# Changing the circuit layout



## Majewski (Jan 8, 2016)

Why is the customer talking to you but the jw who left makes the plan?

Why do they have the money for breakers per room but can't split lights and outlets?


----------



## sbrn33 (Mar 15, 2007)

Who actually draws a plan for house wiring? That cracks me up.


----------



## 746 Watts (Nov 13, 2016)

The previous guy drew it up, wired it, and isn't available any more. The home owner wants more receptacles now which will over load the receptacle count on each breaker, which I'm here to help out with. While looking at the layout with him, he doesn't like the old layout and wants it changed now.

They want things simple. One breaker, one room, all the lights and plugs off together. They are also running out of room in the panel.


----------



## Majewski (Jan 8, 2016)

How many plugs are allowed on one circuit?


----------



## 746 Watts (Nov 13, 2016)

Majewski said:


> How many plugs are allowed on one circuit?



12. But if you know the load, then you factor that in. One hair dryer is like 12 on its own.


----------



## sbrn33 (Mar 15, 2007)

746 Watts said:


> The previous guy drew it up, wired it, and isn't available any more. The home owner wants more receptacles now which will over load the receptacle count on each breaker, which I'm here to help out with. While looking at the layout with him, he doesn't like the old layout and wants it changed now.
> 
> They want things simple. One breaker, one room, all the lights and plugs off together. They are also running out of room in the panel.

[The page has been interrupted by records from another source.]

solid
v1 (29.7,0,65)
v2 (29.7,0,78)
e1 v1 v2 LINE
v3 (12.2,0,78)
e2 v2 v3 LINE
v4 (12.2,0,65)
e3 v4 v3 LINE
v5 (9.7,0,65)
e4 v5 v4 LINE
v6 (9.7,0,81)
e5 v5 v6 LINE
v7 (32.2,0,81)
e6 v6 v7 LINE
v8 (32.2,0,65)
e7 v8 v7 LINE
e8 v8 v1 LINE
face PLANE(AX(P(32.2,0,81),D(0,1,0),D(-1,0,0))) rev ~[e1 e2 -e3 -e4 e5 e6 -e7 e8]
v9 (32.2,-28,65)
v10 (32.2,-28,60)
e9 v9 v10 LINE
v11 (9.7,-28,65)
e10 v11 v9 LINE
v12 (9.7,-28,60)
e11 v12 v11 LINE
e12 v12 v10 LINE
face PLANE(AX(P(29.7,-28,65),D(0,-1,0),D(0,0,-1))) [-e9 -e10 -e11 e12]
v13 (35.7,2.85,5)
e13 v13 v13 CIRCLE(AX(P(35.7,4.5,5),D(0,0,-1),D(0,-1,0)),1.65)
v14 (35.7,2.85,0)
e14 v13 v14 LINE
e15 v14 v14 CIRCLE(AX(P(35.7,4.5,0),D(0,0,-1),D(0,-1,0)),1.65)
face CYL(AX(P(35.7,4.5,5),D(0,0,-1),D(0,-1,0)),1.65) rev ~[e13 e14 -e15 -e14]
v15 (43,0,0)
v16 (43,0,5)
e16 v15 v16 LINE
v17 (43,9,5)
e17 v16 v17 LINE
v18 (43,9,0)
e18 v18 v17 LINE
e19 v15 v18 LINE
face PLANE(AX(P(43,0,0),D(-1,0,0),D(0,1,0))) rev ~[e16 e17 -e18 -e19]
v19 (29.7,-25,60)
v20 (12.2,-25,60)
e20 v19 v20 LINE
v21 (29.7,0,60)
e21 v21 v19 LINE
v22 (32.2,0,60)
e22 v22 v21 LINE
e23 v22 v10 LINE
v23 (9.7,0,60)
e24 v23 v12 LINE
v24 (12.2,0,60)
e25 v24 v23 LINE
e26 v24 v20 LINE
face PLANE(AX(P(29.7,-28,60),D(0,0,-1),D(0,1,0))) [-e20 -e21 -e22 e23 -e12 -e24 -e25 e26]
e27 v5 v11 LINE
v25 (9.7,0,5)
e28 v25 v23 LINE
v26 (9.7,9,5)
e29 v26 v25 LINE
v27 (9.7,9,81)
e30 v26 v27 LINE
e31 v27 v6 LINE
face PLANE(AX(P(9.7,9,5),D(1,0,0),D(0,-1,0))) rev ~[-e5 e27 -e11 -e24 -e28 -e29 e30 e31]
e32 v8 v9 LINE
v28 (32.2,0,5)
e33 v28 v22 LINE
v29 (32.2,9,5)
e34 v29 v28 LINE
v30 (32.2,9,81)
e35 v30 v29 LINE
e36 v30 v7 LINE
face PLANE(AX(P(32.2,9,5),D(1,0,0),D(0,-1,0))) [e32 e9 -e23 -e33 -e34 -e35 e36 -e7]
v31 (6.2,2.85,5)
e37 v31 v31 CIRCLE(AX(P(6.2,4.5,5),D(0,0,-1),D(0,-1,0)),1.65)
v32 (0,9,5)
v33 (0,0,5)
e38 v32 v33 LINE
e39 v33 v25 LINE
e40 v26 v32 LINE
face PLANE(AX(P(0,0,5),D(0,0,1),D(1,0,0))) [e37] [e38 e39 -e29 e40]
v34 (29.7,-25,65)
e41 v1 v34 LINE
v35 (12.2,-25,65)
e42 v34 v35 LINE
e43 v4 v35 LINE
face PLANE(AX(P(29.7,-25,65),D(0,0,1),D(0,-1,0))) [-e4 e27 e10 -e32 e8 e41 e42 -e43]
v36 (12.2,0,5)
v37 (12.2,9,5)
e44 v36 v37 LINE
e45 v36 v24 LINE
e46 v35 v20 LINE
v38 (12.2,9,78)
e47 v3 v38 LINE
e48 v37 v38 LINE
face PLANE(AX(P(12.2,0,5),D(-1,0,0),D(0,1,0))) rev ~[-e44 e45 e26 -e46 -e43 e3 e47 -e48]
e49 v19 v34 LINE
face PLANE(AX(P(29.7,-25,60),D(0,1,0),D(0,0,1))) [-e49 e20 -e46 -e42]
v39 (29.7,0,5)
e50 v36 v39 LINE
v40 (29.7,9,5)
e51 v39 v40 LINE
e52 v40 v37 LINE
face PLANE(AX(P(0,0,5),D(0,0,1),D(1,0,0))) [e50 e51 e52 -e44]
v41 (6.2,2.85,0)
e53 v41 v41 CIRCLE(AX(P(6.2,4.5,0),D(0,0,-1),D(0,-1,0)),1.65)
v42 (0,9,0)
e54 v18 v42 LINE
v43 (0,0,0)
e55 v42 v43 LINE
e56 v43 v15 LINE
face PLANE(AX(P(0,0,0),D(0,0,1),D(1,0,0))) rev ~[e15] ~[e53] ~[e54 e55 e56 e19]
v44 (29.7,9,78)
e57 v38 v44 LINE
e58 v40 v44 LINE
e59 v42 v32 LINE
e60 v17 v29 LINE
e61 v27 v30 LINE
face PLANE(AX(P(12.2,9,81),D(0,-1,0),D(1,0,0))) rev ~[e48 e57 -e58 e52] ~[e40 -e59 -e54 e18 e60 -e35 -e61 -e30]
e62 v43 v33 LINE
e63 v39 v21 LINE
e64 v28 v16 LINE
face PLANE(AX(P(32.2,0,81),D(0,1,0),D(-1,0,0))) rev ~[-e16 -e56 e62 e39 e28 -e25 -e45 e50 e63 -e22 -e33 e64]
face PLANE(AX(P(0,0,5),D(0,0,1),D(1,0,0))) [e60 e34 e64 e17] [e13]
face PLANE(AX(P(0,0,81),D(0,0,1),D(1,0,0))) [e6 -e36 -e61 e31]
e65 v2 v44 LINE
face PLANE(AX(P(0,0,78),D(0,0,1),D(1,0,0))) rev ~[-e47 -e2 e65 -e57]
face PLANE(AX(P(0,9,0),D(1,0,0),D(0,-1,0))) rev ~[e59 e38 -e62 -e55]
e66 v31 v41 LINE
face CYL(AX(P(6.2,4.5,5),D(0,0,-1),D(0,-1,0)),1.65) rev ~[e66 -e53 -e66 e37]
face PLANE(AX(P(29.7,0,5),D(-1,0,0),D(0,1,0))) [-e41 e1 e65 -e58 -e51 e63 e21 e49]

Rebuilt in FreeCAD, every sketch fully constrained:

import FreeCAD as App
import Part
import Sketcher

V = App.Vector


def add_polygon(sketch, points):
    """Adds a closed chain of lines whose ends are joined by coincident constraints."""
    first, n = sketch.GeometryCount, len(points)
    for a, b in zip(points, points[1:] + points[:1]):
        sketch.addGeometry(Part.LineSegment(App.Vector(*a, 0), App.Vector(*b, 0)), False)
    for i in range(n):
        sketch.addConstraint(Sketcher.Constraint("Coincident", first + i, 2, first + (i + 1) % n, 1))

doc = App.newDocument("Part")
body = doc.addObject("PartDesign::Body", "Body")

# Sketch on XY plane
sketch1 = doc.addObject("Sketcher::SketchObject", "Sketch")
body.addObject(sketch1)
sketch1.AttachmentSupport = (doc.XY_Plane, [""])
sketch1.MapMode = "FlatFace"
add_polygon(sketch1, [(0, 9), (0, 0), (43, 0), (43, 9)])  # lines 0-3
sketch1.addConstraint(Sketcher.Constraint("Vertical", 0))
sketch1.addConstraint(Sketcher.Constraint("Horizontal", 1))
sketch1.addConstraint(Sketcher.Constraint("Vertical", 2))
sketch1.addConstraint(Sketcher.Constraint("Horizontal", 3))
sketch1.addConstraint(Sketcher.Constraint("Coincident", 0, 2, -1, 1))
sketch1.addConstraint(Sketcher.Constraint("DistanceX", 1, 1, 1, 2, 43.0))
sketch1.addConstraint(Sketcher.Constraint("DistanceY", 0, 2, 0, 1, 9.0))
pad1 = doc.addObject("PartDesign::Pad", "Pad")
body.addObject(pad1)
pad1.Profile = sketch1
pad1.Length = 5

# Sketch on XY plane
sketch2 = doc.addObject("Sketcher::SketchObject", "Sketch001")
body.addObject(sketch2)
sketch2.AttachmentSupport = (doc.XY_Plane, [""])
sketch2.MapMode = "FlatFace"
sketch2.AttachmentOffset = App.Placement(V(0, 0, 5), App.Rotation())
sketch2.addGeometry(Part.Circle(V(35.7, 4.5, 0), V(0, 0, 1), 1.6), False)
sketch2.addGeometry(Part.Circle(V(6.2, 4.5, 0), V(0, 0, 1), 1.6), False)
sketch2.addConstraint(Sketcher.Constraint("Equal", 0, 1))
sketch2.addConstraint(Sketcher.Constraint("Horizontal", 0, 3, 1, 3))
sketch2.addConstraint(Sketcher.Constraint("Diameter", 0, 3.3))
sketch2.addConstraint(Sketcher.Constraint("DistanceX", -1, 1, 0, 3, 35.7))
sketch2.addConstraint(Sketcher.Constraint("DistanceY", -1, 1, 0, 3, 4.5))
sketch2.addConstraint(Sketcher.Constraint("DistanceX", -1, 1, 1, 3, 6.2))
doc.recompute()
hole = doc.addObject("PartDesign::Hole", "Hole")
body.addObject(hole)
hole.Profile = sketch2
hole.ThreadType = "None"
hole.Diameter = 3.3
hole.DepthType = "ThroughAll"

# Sketch on XY plane
sketch3 = doc.addObject("Sketcher::SketchObject", "Sketch002")
body.addObject(sketch3)
sketch3.AttachmentSupport = (doc.XY_Plane, [""])
sketch3.MapMode = "FlatFace"
sketch3.AttachmentOffset = App.Placement(V(0, 0, 5), App.Rotation())
add_polygon(sketch3, [(9.7, 9), (9.7, 0), (12.2, 0), (12.2, 9)])  # lines 0-3
add_polygon(sketch3, [(29.7, 9), (29.7, 0), (32.2, 0), (32.2, 9)])  # lines 4-7
sketch3.addConstraint(Sketcher.Constraint("Vertical", 0))
sketch3.addConstraint(Sketcher.Constraint("Horizontal", 1))
sketch3.addConstraint(Sketcher.Constraint("Vertical", 2))
sketch3.addConstraint(Sketcher.Constraint("Horizontal", 3))
sketch3.addConstraint(Sketcher.Constraint("Vertical", 4))
sketch3.addConstraint(Sketcher.Constraint("Horizontal", 5))
sketch3.addConstraint(Sketcher.Constraint("Vertical", 6))
sketch3.addConstraint(Sketcher.Constraint("Horizontal", 7))
sketch3.addConstraint(Sketcher.Constraint("PointOnObject", 0, 2, -1))
sketch3.addConstraint(Sketcher.Constraint("PointOnObject", 4, 2, -1))
sketch3.addConstraint(Sketcher.Constraint("Horizontal", 3, 2, 6, 2))
sketch3.addConstraint(Sketcher.Constraint("Equal", 3, 5))
sketch3.addConstraint(Sketcher.Constraint("DistanceX", 1, 1, 1, 2, 2.5))
sketch3.addConstraint(Sketcher.Constraint("DistanceX", 1, 2, 4, 2, 17.5))
sketch3.addConstraint(Sketcher.Constraint("DistanceY", 0, 2, 0, 1, 9.0))
sketch3.addConstraint(Sketcher.Constraint("DistanceX", -1, 1, 0, 2, 9.7))
pad2 = doc.addObject("PartDesign::Pad", "Pad001")
body.addObject(pad2)
pad2.Profile = sketch3
pad2.Length = 76

# Sketch on XY plane
sketch4 = doc.addObject("Sketcher::SketchObject", "Sketch003")
body.addObject(sketch4)
sketch4.AttachmentSupport = (doc.XY_Plane, [""])
sketch4.MapMode = "FlatFace"
sketch4.AttachmentOffset = App.Placement(V(0, 0, 81), App.Rotation())
add_polygon(sketch4, [(32, 9), (10, 9), (10, 0), (32, 0)])  # lines 0-3
sketch4.addConstraint(Sketcher.Constraint("Horizontal", 0))
sketch4.addConstraint(Sketcher.Constraint("Vertical", 1))
sketch4.addConstraint(Sketcher.Constraint("Horizontal", 2))
sketch4.addConstraint(Sketcher.Constraint("Vertical", 3))
sketch4.addConstraint(Sketcher.Constraint("PointOnObject", 1, 2, -1))
sketch4.addConstraint(Sketcher.Constraint("DistanceY", 1, 2, 1, 1, 9.0))
sketch4.addConstraint(Sketcher.Constraint("DistanceX", 0, 2, 0, 1, 22.5))
sketch4.addConstraint(Sketcher.Constraint("DistanceX", -1, 1, 0, 2, 9.7))
pad3 = doc.addObject("PartDesign::Pad", "Pad002")
body.addObject(pad3)
pad3.Profile = sketch4
pad3.Length = 3
pad3.Reversed = True

# Sketch on XZ plane
sketch5 = doc.addObject("Sketcher::SketchObject", "Sketch004")
body.addObject(sketch5)
sketch5.AttachmentSupport = (doc.XZ_Plane, [""])
sketch5.MapMode = "FlatFace"
add_polygon(sketch5, [(9.7, 65), (9.7, 60), (12.2, 60), (12.2, 65)])  # lines 0-3
add_polygon(sketch5, [(32.2, 60), (32.2, 65), (29.7, 65), (29.7, 60)])  # lines 4-7
sketch5.addConstraint(Sketcher.Constraint("Vertical", 0))
sketch5.addConstraint(Sketcher.Constraint("Horizontal", 1))
sketch5.addConstraint(Sketcher.Constraint("Vertical", 2))
sketch5.addConstraint(Sketcher.Constraint("Horizontal", 3))
sketch5.addConstraint(Sketcher.Constraint("Vertical", 4))
sketch5.addConstraint(Sketcher.Constraint("Horizontal", 5))
sketch5.addConstraint(Sketcher.Constraint("Vertical", 6))
sketch5.addConstraint(Sketcher.Constraint("Horizontal", 7))
sketch5.addConstraint(Sketcher.Constraint("Horizontal", 3, 2, 4, 2))
sketch5.addConstraint(Sketcher.Constraint("Horizontal", 1, 2, 6, 2))
sketch5.addConstraint(Sketcher.Constraint("Equal", 3, 5))
sketch5.addConstraint(Sketcher.Constraint("DistanceY", 0, 2, 0, 1, 5.0))
sketch5.addConstraint(Sketcher.Constraint("DistanceX", 1, 1, 1, 2, 2.5))
sketch5.addConstraint(Sketcher.Constraint("DistanceY", -1, 1, 0, 2, 60.0))
sketch5.addConstraint(Sketcher.Constraint("DistanceX", 2, 2, 4, 2, 20.0))
sketch5.addConstraint(Sketcher.Constraint("DistanceX", -1, 1, 0, 2, 9.7))
pad4 = doc.addObject("PartDesign::Pad", "Pad003")
body.addObject(pad4)
pad4.Profile = sketch5
pad4.Length = 28

# Sketch on YZ plane
sketch6 = doc.addObject("Sketcher::SketchObject", "Sketch005")
body.addObject(sketch6)
sketch6.AttachmentSupport = (doc.YZ_Plane, [""])
sketch6.MapMode = "FlatFace"
sketch6.AttachmentOffset = App.Placement(V(0, 0, 29.7), App.Rotation())
add_polygon(sketch6, [(-28, 65), (-25, 65), (-25, 60), (-28, 60)])  # lines 0-3
sketch6.addConstraint(Sketcher.Constraint("Horizontal", 0))
sketch6.addConstraint(Sketcher.Constraint("Vertical", 1))
sketch6.addConstraint(Sketcher.Constraint("Horizontal", 2))
sketch6.addConstraint(Sketcher.Constraint("Vertical", 3))
sketch6.addConstraint(Sketcher.Constraint("DistanceX", 0, 1, 0, 2, 3.0))
sketch6.addConstraint(Sketcher.Constraint("DistanceY", 1, 2, 1, 1, 5.0))
sketch6.addConstraint(Sketcher.Constraint("DistanceX", 0, 2, -1, 1, 25.0))
sketch6.addConstraint(Sketcher.Constraint("DistanceY", -1, 1, 0, 2, 65.0))
pad5 = doc.addObject("PartDesign::Pad", "Pad004")
body.addObject(pad5)
pad5.Profile = sketch6
pad5.Length = 18
pad5.Reversed = True

doc.recompute()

Sounds good until you give them a price. betya a Canadian dollar they say it is just fine the way it is.


----------



## 746 Watts (Nov 13, 2016)

They are supplying all the parts. They already have it all. They know how much it costs.


----------



## 746 Watts (Nov 13, 2016)

I was just reading a history of hair dryers and it appears that they have evolved over the years to consumer more than they did in the past.


----------



## Majewski (Jan 8, 2016)

Sounds like they can do the work themselves too.


----------



## 746 Watts (Nov 13, 2016)

Is it normal for a customer to pay for a service and not get what they want?


----------



## PlugsAndLights (Jan 19, 2016)

The way they it want it done exceeds code. If they want to pay for the extra(s), I 
don't see a problem. 
P&L


----------



## HackWork (Oct 2, 2009)

746 Watts said:


> Is it normal for a customer to pay for a service and not get what they want?


No.

The customer wants something. It's up to the electrician to give good advice and warn the customer of potential problems. Once you have done that, it is the customer's choice. As long as it's code compliant and they are willing to pay extra for it, do what they want without question.


----------



## frenchelectrican (Mar 15, 2007)

746 Watts said:


> They are supplying all the parts. They already have it all. They know how much it costs.


The Homeowner supply all the parts ??


That something I genrally dont useally run into due there are few good reasons.,

A) The parts maybe not correct in the appaction so it can waste your time to hunt down the parts pile.,,

B.) The warranty for all those homeowner provide materals useally pretty much zip on that.,, 

C) the labour cost that you need to kick it up some due the homeowner provide the materals so you need something in your pocket.


----------



## papaotis (Jun 8, 2013)

it is normally a good idea to have the lights on a different circuit than the recs in in any given room


----------



## splatz (May 23, 2015)

PlugsAndLights said:


> The way they it want it done exceeds code. If they want to pay for the extra(s), I
> don't see a problem.
> P&L





HackWork said:


> No.
> 
> The customer wants something. It's up to the electrician to give good advice and warn the customer of potential problems. Once you have done that, it is the customer's choice. As long as it's code compliant and they are willing to pay extra for it, do what they want without question.





746 Watts said:


> Is it normal for a customer to pay for a service and not get what they want?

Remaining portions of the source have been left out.